- What is being asked: Once the line with "#183=CARTESIAN_POINT('',(0.,0.,8.));" is found in the entries below, repeat it and each following line exactly, up to and including the line with "Rebuilt in FreeCAD, every". Add no other lines.

- The records:
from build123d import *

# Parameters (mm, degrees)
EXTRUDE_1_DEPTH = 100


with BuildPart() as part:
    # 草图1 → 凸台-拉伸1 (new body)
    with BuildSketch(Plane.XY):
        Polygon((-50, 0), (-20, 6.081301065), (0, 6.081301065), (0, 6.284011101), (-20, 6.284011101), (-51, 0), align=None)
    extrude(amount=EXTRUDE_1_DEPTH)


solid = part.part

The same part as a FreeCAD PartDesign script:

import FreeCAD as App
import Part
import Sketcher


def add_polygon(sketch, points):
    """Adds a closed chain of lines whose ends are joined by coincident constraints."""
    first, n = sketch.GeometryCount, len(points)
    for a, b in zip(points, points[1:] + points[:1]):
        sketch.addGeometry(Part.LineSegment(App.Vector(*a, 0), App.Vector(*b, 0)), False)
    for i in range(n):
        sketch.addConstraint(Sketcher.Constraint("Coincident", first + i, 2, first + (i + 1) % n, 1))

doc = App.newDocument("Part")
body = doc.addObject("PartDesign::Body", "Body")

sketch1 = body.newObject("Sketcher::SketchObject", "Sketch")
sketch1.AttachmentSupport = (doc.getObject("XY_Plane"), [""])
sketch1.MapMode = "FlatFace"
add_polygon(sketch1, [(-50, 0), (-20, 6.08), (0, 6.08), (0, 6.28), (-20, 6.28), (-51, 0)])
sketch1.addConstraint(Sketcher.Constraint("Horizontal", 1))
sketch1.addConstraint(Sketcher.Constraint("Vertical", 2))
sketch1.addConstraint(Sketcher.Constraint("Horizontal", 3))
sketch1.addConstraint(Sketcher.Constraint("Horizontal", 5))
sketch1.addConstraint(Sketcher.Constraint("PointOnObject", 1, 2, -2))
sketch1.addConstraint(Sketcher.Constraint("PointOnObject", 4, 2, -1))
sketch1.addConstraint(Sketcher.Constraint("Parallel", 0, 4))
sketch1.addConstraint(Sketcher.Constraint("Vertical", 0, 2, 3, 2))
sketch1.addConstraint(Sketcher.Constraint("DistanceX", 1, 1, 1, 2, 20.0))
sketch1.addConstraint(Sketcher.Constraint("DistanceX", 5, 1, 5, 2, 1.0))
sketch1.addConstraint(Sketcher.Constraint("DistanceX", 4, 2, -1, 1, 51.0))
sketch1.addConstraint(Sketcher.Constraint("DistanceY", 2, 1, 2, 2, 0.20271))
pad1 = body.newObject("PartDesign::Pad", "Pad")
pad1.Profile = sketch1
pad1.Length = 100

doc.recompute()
* * *
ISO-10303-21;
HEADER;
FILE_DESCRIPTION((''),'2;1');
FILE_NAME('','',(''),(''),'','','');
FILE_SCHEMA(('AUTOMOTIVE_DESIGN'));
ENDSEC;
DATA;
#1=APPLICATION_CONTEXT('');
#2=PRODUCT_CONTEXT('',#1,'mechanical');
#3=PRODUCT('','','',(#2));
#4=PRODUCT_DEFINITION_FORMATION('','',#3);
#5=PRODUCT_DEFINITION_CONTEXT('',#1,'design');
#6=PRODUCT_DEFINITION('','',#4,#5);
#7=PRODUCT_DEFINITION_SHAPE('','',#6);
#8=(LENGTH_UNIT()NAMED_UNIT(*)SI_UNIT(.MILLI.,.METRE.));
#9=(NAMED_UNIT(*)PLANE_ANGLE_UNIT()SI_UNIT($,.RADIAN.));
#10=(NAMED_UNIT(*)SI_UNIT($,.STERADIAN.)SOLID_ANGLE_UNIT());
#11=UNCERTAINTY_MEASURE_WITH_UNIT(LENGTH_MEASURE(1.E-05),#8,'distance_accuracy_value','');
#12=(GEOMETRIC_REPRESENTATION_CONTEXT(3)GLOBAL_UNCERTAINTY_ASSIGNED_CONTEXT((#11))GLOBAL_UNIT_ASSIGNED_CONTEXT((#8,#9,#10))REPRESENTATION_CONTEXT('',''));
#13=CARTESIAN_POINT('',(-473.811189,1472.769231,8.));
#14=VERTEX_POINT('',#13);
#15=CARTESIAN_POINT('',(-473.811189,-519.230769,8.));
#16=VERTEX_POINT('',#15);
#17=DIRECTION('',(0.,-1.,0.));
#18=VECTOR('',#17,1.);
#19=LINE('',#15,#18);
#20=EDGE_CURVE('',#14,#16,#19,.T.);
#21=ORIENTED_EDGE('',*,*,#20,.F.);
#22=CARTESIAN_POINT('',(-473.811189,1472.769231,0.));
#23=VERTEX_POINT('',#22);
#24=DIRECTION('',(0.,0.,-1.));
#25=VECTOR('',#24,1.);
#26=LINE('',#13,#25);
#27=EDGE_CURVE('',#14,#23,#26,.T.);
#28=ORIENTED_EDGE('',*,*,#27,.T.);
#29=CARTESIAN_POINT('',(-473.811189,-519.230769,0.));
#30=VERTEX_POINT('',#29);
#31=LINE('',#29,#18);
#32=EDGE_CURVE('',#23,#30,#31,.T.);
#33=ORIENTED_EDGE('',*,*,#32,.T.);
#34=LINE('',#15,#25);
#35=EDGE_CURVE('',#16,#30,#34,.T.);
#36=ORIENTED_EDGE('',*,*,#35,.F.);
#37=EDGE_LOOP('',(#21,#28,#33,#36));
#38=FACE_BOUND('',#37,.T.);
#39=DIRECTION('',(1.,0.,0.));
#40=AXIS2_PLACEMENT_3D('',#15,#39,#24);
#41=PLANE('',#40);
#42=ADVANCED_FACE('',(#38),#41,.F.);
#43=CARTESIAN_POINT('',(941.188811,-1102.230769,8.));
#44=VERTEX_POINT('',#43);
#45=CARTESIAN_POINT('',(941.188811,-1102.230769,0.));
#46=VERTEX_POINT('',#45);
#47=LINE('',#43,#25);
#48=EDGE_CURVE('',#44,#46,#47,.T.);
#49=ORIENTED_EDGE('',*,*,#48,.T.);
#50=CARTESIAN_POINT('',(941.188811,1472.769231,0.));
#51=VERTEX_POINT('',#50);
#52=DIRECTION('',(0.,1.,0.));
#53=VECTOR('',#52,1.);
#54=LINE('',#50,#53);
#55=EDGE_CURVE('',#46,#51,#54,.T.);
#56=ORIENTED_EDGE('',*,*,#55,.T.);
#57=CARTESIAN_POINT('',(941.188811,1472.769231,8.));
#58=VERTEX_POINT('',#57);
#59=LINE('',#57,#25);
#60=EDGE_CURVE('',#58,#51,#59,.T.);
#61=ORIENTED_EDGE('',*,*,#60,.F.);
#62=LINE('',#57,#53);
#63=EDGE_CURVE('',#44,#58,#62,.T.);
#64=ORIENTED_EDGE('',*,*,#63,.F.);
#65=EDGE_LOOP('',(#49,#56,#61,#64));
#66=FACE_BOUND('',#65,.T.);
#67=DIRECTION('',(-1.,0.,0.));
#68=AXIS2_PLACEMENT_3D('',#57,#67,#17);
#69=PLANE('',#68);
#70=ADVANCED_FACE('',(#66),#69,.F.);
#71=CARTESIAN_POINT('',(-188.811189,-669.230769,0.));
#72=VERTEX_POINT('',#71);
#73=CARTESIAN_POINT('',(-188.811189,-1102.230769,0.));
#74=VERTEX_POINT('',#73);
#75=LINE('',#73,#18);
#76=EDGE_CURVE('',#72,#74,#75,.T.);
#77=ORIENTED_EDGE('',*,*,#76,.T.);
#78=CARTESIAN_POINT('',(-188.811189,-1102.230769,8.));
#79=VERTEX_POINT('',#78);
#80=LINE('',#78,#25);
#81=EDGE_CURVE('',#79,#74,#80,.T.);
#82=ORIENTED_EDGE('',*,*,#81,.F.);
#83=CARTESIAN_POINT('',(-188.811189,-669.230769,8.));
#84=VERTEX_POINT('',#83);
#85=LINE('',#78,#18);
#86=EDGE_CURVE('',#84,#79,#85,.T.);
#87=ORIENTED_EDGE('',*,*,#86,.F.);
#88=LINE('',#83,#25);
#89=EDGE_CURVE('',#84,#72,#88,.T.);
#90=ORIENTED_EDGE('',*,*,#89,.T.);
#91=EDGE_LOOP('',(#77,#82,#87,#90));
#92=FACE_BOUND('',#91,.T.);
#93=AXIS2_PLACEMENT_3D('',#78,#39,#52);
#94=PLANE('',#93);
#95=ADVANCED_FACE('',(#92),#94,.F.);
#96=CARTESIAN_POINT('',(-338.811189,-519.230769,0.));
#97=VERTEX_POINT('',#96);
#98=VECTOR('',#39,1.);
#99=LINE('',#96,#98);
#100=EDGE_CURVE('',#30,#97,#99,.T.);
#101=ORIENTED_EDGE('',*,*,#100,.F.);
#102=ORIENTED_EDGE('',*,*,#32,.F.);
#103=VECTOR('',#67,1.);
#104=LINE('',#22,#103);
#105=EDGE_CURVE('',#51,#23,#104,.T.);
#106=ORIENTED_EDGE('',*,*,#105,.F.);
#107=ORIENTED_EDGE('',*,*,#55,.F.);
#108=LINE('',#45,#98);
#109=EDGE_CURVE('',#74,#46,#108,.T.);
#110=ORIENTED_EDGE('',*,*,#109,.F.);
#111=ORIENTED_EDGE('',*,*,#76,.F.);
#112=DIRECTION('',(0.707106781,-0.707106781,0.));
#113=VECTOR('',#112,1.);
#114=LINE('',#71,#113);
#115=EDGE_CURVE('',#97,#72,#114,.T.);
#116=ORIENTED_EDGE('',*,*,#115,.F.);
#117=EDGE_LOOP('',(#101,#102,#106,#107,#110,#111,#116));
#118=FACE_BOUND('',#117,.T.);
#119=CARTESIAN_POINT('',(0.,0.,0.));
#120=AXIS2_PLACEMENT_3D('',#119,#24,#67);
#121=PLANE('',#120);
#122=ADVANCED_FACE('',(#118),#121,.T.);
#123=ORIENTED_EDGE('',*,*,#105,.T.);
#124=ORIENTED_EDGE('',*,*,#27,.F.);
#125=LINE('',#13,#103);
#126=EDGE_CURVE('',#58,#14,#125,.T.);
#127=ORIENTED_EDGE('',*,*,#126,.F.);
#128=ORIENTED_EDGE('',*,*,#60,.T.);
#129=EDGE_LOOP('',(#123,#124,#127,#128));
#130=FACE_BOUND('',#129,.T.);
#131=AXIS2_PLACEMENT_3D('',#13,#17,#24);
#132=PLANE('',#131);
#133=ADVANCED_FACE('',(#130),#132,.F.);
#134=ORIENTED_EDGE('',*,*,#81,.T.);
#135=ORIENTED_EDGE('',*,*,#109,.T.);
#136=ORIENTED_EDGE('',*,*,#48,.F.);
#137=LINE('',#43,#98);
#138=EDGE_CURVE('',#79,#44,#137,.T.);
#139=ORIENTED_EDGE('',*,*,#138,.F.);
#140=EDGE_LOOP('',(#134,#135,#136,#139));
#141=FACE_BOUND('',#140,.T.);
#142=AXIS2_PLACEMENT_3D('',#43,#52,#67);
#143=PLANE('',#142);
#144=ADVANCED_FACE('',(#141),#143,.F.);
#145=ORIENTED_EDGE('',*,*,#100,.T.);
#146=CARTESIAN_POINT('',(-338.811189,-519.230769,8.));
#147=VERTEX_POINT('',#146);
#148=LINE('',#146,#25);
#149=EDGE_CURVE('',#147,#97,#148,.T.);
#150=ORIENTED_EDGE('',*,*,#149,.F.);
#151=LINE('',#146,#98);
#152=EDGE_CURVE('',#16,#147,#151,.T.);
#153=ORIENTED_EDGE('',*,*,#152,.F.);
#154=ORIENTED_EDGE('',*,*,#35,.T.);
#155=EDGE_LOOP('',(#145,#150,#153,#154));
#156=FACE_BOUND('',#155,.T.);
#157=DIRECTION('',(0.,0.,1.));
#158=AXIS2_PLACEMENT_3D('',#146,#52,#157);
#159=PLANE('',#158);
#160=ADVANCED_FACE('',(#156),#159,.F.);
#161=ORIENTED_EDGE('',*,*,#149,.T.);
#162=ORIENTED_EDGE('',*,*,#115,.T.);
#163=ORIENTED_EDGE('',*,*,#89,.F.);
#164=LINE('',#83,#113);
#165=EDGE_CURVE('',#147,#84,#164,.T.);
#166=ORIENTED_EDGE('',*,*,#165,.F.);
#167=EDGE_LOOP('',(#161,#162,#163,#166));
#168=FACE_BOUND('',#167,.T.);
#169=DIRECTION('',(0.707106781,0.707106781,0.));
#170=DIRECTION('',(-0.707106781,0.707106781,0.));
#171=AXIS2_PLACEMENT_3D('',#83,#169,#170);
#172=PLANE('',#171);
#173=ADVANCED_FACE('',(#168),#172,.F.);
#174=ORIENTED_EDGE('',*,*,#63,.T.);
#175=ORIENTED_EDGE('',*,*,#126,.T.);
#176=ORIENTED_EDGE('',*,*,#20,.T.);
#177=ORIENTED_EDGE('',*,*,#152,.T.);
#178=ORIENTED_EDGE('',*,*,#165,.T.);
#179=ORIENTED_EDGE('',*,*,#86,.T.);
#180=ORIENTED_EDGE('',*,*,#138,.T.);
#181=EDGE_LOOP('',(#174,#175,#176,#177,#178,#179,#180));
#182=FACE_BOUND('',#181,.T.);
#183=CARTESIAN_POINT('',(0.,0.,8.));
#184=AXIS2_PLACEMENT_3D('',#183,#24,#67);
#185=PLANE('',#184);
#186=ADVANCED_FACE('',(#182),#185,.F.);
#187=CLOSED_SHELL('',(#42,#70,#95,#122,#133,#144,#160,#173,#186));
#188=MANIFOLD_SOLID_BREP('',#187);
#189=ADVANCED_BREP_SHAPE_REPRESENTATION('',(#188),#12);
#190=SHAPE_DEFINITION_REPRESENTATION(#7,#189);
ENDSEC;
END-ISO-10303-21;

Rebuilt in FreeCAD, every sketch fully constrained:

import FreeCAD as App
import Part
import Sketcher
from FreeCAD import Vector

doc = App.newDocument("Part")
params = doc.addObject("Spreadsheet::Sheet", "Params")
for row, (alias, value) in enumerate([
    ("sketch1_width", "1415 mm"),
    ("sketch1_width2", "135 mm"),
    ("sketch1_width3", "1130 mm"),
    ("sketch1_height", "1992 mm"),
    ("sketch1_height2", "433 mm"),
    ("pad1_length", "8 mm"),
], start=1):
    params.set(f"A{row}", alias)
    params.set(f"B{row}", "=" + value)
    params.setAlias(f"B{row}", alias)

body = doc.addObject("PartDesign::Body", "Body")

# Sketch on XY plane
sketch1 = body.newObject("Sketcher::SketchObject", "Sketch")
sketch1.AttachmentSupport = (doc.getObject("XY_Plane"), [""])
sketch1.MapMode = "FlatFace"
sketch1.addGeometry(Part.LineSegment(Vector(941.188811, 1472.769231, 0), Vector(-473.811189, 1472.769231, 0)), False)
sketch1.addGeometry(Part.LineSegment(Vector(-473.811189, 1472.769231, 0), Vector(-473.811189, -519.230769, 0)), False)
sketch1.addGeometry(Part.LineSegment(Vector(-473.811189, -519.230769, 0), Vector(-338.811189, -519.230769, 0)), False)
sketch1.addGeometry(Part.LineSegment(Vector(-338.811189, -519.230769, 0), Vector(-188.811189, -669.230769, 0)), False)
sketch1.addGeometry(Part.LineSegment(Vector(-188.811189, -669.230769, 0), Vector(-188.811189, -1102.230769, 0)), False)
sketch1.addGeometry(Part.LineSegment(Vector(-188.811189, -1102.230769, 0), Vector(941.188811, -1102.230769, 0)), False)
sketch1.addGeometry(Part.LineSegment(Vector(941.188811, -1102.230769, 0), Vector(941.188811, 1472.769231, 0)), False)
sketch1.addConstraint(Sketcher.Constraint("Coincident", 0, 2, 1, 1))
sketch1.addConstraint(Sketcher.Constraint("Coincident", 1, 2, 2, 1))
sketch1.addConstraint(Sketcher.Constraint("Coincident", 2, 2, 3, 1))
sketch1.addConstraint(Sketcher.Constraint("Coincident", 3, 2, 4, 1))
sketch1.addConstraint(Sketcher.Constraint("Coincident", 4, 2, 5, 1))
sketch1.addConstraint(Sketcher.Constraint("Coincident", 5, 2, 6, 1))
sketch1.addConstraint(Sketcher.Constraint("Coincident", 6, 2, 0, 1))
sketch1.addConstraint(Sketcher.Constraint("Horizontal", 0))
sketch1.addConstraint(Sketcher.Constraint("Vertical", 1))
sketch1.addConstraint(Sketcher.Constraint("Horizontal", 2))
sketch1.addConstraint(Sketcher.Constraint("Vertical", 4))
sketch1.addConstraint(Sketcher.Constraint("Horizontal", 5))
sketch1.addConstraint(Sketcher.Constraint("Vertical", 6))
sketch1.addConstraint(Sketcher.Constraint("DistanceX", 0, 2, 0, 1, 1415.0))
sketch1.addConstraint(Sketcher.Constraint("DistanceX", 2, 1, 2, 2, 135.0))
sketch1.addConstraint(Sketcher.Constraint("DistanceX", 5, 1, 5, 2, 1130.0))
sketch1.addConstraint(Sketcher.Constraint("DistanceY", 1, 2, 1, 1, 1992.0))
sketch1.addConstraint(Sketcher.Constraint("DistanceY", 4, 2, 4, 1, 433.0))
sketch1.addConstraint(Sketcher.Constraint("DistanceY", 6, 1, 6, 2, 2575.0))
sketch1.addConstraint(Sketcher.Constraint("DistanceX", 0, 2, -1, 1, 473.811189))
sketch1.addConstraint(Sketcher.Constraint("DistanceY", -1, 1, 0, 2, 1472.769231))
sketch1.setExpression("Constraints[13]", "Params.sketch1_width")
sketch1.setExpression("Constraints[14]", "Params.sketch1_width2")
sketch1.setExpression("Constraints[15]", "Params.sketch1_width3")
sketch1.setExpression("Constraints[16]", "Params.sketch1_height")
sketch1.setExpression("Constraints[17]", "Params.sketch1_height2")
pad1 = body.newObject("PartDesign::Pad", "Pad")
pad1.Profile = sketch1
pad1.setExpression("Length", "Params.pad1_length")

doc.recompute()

- Exercise output:
#183=CARTESIAN_POINT('',(0.,0.,8.));
#184=AXIS2_PLACEMENT_3D('',#183,#24,#67);
#185=PLANE('',#184);
#186=ADVANCED_FACE('',(#182),#185,.F.);
#187=CLOSED_SHELL('',(#42,#70,#95,#122,#133,#144,#160,#173,#186));
#188=MANIFOLD_SOLID_BREP('',#187);
#189=ADVANCED_BREP_SHAPE_REPRESENTATION('',(#188),#12);
#190=SHAPE_DEFINITION_REPRESENTATION(#7,#189);
ENDSEC;
END-ISO-10303-21;

Rebuilt in FreeCAD, every sketch fully constrained:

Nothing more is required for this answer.